On 10/27/07, Florian Weimer <[EMAIL PROTECTED]> wrote: > And this isn't really specific to threads. Hello Florian, What I was trying to explain is that it is not necessary to declare shared variables volatile, not for any C/C++ compiler that is compliant with the language standard. Your reply did not acknowledge nor deny this. Bart Van Assche.
Re: Optimization of conditional access to globals: thread-unsafe?
On 10/27/07, Florian Weimer <[EMAIL PROTECTED]> wrote: > > Anyway, not reordering across function calls is not sufficient to get > sane threading semantics (IIRC, this is also explained in detail in Hans > Boehm's paper). Hello Florian, In Hans Boehm's paper the following issues are identified: 1. Concurrent accesses of variables without explicit locking can cause unexpected results in a multithreaded context (paragraph 4.1). 2. If non-atomic variables (e.g. one field of a bitfield) are shared over threads, and these are not protected by explicit locking, updating such a variable in a multithreaded context is troublesome (paragraph 4.2). 3. If the compiler performs register promotion on a shared variable, this can cause undesired results in a multithreaded context (paragraph 4.3) And this thread started with: 4. If the compiler generates a store operation for an assignment statement that is not executed, this can cause trouble in a mulithreaded context.
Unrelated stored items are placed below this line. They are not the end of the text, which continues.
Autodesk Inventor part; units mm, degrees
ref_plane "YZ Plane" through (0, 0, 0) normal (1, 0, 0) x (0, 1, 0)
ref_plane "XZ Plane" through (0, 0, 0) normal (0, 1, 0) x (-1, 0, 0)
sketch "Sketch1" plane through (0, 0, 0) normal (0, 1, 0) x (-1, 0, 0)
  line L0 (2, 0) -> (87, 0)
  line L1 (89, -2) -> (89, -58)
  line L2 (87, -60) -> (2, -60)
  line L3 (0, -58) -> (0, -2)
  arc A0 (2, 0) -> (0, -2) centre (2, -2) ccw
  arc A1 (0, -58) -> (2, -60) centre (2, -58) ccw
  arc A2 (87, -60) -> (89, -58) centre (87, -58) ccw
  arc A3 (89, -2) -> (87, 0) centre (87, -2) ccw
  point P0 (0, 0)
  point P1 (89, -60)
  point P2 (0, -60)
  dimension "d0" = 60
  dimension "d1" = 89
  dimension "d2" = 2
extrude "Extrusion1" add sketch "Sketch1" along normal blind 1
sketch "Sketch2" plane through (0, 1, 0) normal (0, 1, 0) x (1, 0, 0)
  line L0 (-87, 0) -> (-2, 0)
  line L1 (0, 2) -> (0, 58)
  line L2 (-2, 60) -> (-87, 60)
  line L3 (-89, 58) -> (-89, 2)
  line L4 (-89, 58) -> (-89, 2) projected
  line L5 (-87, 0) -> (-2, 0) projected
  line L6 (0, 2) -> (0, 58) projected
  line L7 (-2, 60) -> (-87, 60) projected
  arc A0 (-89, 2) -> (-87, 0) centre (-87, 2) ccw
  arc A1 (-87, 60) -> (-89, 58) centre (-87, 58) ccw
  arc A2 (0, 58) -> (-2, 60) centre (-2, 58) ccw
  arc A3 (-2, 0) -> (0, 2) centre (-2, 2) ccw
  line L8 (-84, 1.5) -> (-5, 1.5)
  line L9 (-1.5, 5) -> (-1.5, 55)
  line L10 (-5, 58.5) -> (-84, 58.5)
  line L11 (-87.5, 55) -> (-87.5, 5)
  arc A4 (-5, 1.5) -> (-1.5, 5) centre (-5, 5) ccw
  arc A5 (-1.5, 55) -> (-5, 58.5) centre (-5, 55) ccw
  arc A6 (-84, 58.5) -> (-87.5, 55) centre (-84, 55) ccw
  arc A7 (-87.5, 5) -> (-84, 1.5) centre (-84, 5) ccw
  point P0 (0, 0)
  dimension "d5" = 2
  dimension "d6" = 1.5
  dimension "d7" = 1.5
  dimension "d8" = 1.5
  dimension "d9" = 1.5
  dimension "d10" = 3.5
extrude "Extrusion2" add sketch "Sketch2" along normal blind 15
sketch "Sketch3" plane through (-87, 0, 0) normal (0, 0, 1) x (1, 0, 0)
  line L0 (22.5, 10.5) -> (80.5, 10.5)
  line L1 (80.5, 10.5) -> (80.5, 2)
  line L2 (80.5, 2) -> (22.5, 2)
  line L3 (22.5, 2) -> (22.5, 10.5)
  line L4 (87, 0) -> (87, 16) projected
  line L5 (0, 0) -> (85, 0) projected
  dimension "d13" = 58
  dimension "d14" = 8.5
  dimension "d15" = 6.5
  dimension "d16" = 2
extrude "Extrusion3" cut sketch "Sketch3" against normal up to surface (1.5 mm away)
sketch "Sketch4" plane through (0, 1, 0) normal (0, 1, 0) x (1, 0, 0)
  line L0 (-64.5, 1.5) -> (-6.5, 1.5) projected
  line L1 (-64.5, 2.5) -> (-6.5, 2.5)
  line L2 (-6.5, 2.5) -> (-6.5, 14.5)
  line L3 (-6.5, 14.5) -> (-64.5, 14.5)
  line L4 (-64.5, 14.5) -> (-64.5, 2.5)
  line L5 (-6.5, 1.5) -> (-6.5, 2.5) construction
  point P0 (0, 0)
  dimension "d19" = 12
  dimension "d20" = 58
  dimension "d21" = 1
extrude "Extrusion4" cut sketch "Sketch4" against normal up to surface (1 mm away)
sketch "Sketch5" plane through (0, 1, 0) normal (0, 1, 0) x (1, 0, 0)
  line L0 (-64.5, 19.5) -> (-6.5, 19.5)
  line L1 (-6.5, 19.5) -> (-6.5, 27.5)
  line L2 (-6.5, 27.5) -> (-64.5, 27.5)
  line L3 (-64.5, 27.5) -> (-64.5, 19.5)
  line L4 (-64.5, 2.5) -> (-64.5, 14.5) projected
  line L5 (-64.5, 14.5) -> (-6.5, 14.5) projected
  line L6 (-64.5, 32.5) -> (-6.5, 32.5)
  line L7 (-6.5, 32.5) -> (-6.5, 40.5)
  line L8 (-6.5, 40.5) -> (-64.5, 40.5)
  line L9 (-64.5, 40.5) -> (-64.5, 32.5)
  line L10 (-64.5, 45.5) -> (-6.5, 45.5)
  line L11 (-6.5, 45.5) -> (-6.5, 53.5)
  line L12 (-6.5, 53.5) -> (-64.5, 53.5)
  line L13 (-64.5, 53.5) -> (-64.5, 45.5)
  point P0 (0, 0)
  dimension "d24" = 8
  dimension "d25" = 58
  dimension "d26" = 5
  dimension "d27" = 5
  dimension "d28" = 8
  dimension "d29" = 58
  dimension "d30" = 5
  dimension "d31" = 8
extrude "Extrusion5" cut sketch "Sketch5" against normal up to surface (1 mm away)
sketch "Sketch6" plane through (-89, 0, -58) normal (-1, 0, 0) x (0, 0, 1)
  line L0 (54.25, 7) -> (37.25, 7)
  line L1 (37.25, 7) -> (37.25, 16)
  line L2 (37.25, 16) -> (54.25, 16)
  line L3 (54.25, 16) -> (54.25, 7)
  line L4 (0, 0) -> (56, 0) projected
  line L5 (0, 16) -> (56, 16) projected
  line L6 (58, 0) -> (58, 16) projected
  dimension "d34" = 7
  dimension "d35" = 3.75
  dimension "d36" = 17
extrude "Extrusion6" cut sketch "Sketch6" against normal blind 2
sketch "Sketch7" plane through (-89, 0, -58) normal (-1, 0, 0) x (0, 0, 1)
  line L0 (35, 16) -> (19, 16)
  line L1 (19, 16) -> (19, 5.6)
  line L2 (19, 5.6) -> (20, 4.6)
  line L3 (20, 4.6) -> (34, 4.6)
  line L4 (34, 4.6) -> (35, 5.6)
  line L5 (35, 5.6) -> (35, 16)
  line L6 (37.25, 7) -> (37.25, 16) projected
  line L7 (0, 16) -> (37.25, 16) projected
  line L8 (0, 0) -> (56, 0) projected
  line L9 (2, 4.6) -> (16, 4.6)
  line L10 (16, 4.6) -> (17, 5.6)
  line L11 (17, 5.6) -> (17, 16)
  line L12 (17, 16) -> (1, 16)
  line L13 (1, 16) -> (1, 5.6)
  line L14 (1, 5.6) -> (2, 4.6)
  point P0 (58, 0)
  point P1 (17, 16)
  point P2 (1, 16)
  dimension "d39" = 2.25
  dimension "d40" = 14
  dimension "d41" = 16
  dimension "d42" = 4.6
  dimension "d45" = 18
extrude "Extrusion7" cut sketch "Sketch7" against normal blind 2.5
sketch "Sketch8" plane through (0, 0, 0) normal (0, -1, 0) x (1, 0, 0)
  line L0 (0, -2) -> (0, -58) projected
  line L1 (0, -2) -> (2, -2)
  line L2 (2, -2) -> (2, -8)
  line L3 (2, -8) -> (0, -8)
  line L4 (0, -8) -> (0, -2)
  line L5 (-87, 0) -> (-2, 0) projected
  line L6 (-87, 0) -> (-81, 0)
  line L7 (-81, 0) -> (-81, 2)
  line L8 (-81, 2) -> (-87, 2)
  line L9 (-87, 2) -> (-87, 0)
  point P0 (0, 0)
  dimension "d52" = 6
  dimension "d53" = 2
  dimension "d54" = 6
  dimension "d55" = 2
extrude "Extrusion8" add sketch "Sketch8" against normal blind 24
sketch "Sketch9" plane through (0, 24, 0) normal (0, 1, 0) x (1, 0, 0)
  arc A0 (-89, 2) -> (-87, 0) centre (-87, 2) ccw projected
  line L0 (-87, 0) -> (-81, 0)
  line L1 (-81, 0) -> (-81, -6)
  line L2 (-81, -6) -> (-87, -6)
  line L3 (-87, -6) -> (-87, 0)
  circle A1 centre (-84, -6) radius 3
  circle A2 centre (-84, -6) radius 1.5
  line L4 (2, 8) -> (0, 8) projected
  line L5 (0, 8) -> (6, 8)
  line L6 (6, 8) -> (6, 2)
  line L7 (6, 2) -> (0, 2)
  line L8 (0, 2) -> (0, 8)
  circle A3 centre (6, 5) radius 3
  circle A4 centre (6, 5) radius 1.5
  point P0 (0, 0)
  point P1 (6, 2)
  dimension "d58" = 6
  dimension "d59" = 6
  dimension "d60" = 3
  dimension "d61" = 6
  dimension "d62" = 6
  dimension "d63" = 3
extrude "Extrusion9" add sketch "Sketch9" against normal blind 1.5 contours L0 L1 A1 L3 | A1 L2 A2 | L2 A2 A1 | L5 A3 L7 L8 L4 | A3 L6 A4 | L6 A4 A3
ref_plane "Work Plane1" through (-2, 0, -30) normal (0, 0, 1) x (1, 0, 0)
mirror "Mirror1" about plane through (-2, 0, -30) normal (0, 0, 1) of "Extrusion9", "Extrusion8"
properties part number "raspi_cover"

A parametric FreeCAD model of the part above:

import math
import FreeCAD as App
import Part
import Sketcher

doc = App.newDocument("Part")
params = doc.addObject("Spreadsheet::Sheet", "Params")
for row, (alias, value) in enumerate([
    ("sketch1_radius", "2 mm"),
    ("pad1_length", "1 mm"),
    ("sketch2_radius", "2 mm"),
    ("sketch2_radius2", "3.5 mm"),
    ("sketch2_width", "85 mm"),
    ("sketch2_height", "56 mm"),
    ("pad2_length", "15 mm"),
    ("sketch3_width", "58 mm"),
    ("sketch3_height", "8.5 mm"),
    ("pocket1_length", "1.5 mm"),
    ("sketch4_width", "58 mm"),
    ("sketch4_height", "12 mm"),
    ("pocket2_length", "1 mm"),
    ("sketch5_width", "58 mm"),
    ("sketch5_height", "8 mm"),
    ("pocket3_length", "1 mm"),
    ("sketch6_height", "17 mm"),
    ("sketch6_width", "9 mm"),
    ("pocket4_length", "2 mm"),
    ("sketch7_height", "16 mm"),
    ("sketch7_height2", "14 mm"),
    ("pocket5_length", "2.5 mm"),
    ("sketch8_width", "2 mm"),
    ("sketch8_width2", "6 mm"),
    ("pad3_length", "24 mm"),
    ("sketch9_diameter", "3 mm"),
    ("sketch9_radius", "3 mm"),
    ("pad4_length", "1.5 mm"),
], start=1):
    params.set(f"A{row}", alias)
    params.set(f"B{row}", "=" + value)
    params.setAlias(f"B{row}", alias)

body = doc.addObject("PartDesign::Body", "Body")

# Sketch on XZ plane
sketch1 = doc.addObject("Sketcher::SketchObject", "Sketch")
body.addObject(sketch1)
sketch1.AttachmentSupport = (doc.XZ_Plane, [""])
sketch1.MapMode = "FlatFace"
sketch1.addGeometry([
    Part.LineSegment(App.Vector(-87, 0, 0), App.Vector(-2, 0, 0)),  # 0
    Part.ArcOfCircle(Part.Circle(App.Vector(-2, -2, 0), App.Vector(0, 0, 1), 2), math.radians(0), math.radians(90)),  # 1
    Part.LineSegment(App.Vector(0, -2, 0), App.Vector(0, -58, 0)),  # 2
    Part.ArcOfCircle(Part.Circle(App.Vector(-2, -58, 0), App.Vector(0, 0, 1), 2), math.radians(-90), math.radians(0)),  # 3
    Part.LineSegment(App.Vector(-2, -60, 0), App.Vector(-87, -60, 0)),  # 4
    Part.ArcOfCircle(Part.Circle(App.Vector(-87, -58, 0), App.Vector(0, 0, 1), 2), math.radians(180), math.radians(270)),  # 5
    Part.LineSegment(App.Vector(-89, -58, 0), App.Vector(-89, -2, 0)),  # 6
    Part.ArcOfCircle(Part.Circle(App.Vector(-87, -2, 0), App.Vector(0, 0, 1), 2), math.radians(90), math.radians(180)),  # 7
], False)
sketch1.addConstraint([
    Sketcher.Constraint("Tangent", 0, 2, 1, 2),
    Sketcher.Constraint("Tangent", 1, 1, 2, 1),
    Sketcher.Constraint("Tangent", 2, 2, 3, 2),
    Sketcher.Constraint("Tangent", 3, 1, 4, 1),
    Sketcher.Constraint("Tangent", 4, 2, 5, 2),
    Sketcher.Constraint("Tangent", 5, 1, 6, 1),
    Sketcher.Constraint("Tangent", 6, 2, 7, 2),
    Sketcher.Constraint("Tangent", 7, 1, 0, 1),
    Sketcher.Constraint("Horizontal", 0),
    Sketcher.Constraint("Vertical", 2),
    Sketcher.Constraint("Horizontal", 4),
    Sketcher.Constraint("Vertical", 6),
    Sketcher.Constraint("Equal", 1, 3),
    Sketcher.Constraint("Equal", 3, 5),
    Sketcher.Constraint("Equal", 5, 7),
    Sketcher.Constraint("PointOnObject", 0, 2, -1),
    Sketcher.Constraint("PointOnObject", 1, 1, -2),
    Sketcher.Constraint("Radius", 1, 2.0),
    Sketcher.Constraint("DistanceY", 3, 1, -1, 1, 60.0),
    Sketcher.Constraint("DistanceX", 5, 1, -1, 1, 89.0),
])
sketch1.setExpression("Constraints[17]", "Params.sketch1_radius")
pad1 = doc.addObject("PartDesign::Pad", "Pad")
body.addObject(pad1)
pad1.Profile = sketch1
pad1.setExpression("Length", "Params.pad1_length")
pad1.Reversed = True

# Sketch on XZ plane
sketch2 = doc.addObject("Sketcher::SketchObject", "Sketch001")
body.addObject(sketch2)
sketch2.AttachmentSupport = (doc.XZ_Plane, [""])
sketch2.MapMode = "FlatFace"
sketch2.AttachmentOffset = App.Placement(App.Vector(0, 0, -1), App.Rotation())
sketch2.addGeometry([
    Part.ArcOfCircle(Part.Circle(App.Vector(-87, -2, 0), App.Vector(0, 0, 1), 2), math.radians(90), math.radians(180)),  # 0
    Part.LineSegment(App.Vector(-87, 0, 0), App.Vector(-2, 0, 0)),  # 1
    Part.ArcOfCircle(Part.Circle(App.Vector(-2, -2, 0), App.Vector(0, 0, 1), 2), math.radians(0), math.radians(90)),  # 2
    Part.LineSegment(App.Vector(0, -2, 0), App.Vector(0, -58, 0)),  # 3
    Part.ArcOfCircle(Part.Circle(App.Vector(-2, -58, 0), App.Vector(0, 0, 1), 2), math.radians(-90), math.radians(0)),  # 4
    Part.LineSegment(App.Vector(-2, -60, 0), App.Vector(-87, -60, 0)),  # 5
    Part.ArcOfCircle(Part.Circle(App.Vector(-87, -58, 0), App.Vector(0, 0, 1), 2), math.radians(180), math.radians(270)),  # 6
    Part.LineSegment(App.Vector(-89, -58, 0), App.Vector(-89, -2, 0)),  # 7
    Part.LineSegment(App.Vector(-5, -1.5, 0), App.Vector(-84, -1.5, 0)),  # 8
    Part.ArcOfCircle(Part.Circle(App.Vector(-84, -5, 0), App.Vector(0, 0, 1), 3.5), math.radians(90), math.radians(180)),  # 9
    Part.LineSegment(App.Vector(-87.5, -5, 0), App.Vector(-87.5, -55, 0)),  # 10
    Part.ArcOfCircle(Part.Circle(App.Vector(-84, -55, 0), App.Vector(0, 0, 1), 3.5), math.radians(180), math.radians(270)),  # 11
    Part.LineSegment(App.Vector(-84, -58.5, 0), App.Vector(-5, -58.5, 0)),  # 12
    Part.ArcOfCircle(Part.Circle(App.Vector(-5, -55, 0), App.Vector(0, 0, 1), 3.5), math.radians(-90), math.radians(0)),  # 13
    Part.LineSegment(App.Vector(-1.5, -55, 0), App.Vector(-1.5, -5, 0)),  # 14
    Part.ArcOfCircle(Part.Circle(App.Vector(-5, -5, 0), App.Vector(0, 0, 1), 3.5), math.radians(0), math.radians(90)),  # 15
], False)
sketch2.addConstraint([
    Sketcher.Constraint("Tangent", 0, 1, 1, 1),
    Sketcher.Constraint("Tangent", 1, 2, 2, 2),
    Sketcher.Constraint("Tangent", 2, 1, 3, 1),
    Sketcher.Constraint("Tangent", 3, 2, 4, 2),
    Sketcher.Constraint("Tangent", 4, 1, 5, 1),
    Sketcher.Constraint("Tangent", 5, 2, 6, 2),
    Sketcher.Constraint("Tangent", 6, 1, 7, 1),
    Sketcher.Constraint("Tangent", 7, 2, 0, 2),
    Sketcher.Constraint("Tangent", 8, 2, 9, 1),
    Sketcher.Constraint("Tangent", 9, 2, 10, 1),
    Sketcher.Constraint("Tangent", 10, 2, 11, 1),
    Sketcher.Constraint("Tangent", 11, 2, 12, 1),
    Sketcher.Constraint("Tangent", 12, 2, 13, 1),
    Sketcher.Constraint("Tangent", 13, 2, 14, 1),
    Sketcher.Constraint("Tangent", 14, 2, 15, 1),
    Sketcher.Constraint("Tangent", 15, 2, 8, 1),
    Sketcher.Constraint("Horizontal", 1),
    Sketcher.Constraint("Vertical", 3),
    Sketcher.Constraint("Horizontal", 5),
    Sketcher.Constraint("Vertical", 7),
    Sketcher.Constraint("Horizontal", 8),
    Sketcher.Constraint("Vertical", 10),
    Sketcher.Constraint("Horizontal", 12),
My opinion is that, given the importance of multithreading, it should be documented in the gcc manual which optimizations can cause trouble in multithreaded software (such as (3) and (4)). It should also be documented which compiler flags must be used to disable optimizations that cause trouble for multithreaded software. Requiring that all thread-shared variables should be declared volatile is completely unacceptable. We need a solution today for the combination of C/C++ and POSIX threads, we can't wait for the respective language standardization committees to come up with a solution. Regarding issues (1) and (2): (1) can be addressed by using platform-specific or compiler-specific solutions, e.g. the datatype atomic_t provided by the Linux kernel headers. And any prudent programmer won't write code that triggers (2). And as you may have noted, I do not agree with Hans Boehm where he states that the combination of C/C++ with POSIX threads cannot result in correctly working programs. I believe that the issues raised by Hans Boehm can be solved. Bart Van Assche.
Re: Optimization of conditional access to globals: thread-unsafe?
On 10/28/07, Robert Dewar <[EMAIL PROTECTED]> wrote: > Bart Van Assche wrote: > > > My opinion is that, given the importance of multithreading, it should > > be documented in the gcc manual which optimizations can cause trouble > > in multithreaded software (such as (3) and (4)). It should also be > > documented which compiler flags must be used to disable optimizations > > that cause trouble for multithreaded software. Requiring that all > > thread-shared variables should be declared volatile is completely > > unacceptable. > > Why is this unacceptable .. seems much better to me than writing > undefined stuff. Requiring that all thread-shared variables must be declared volatile, even those protected by calls to synchronization functions, implies that all multithreaded code and all existing libraries have to be changed. Functions like snprintf() write data to a buffer provided by the caller. If all thread-shared variables should be declared volatile, then a second version of snprintf() would be required with volatile char* as the datatype of the first argument instead of char*. Quite a hefty requirement if you ask me ... Bart Van Assche.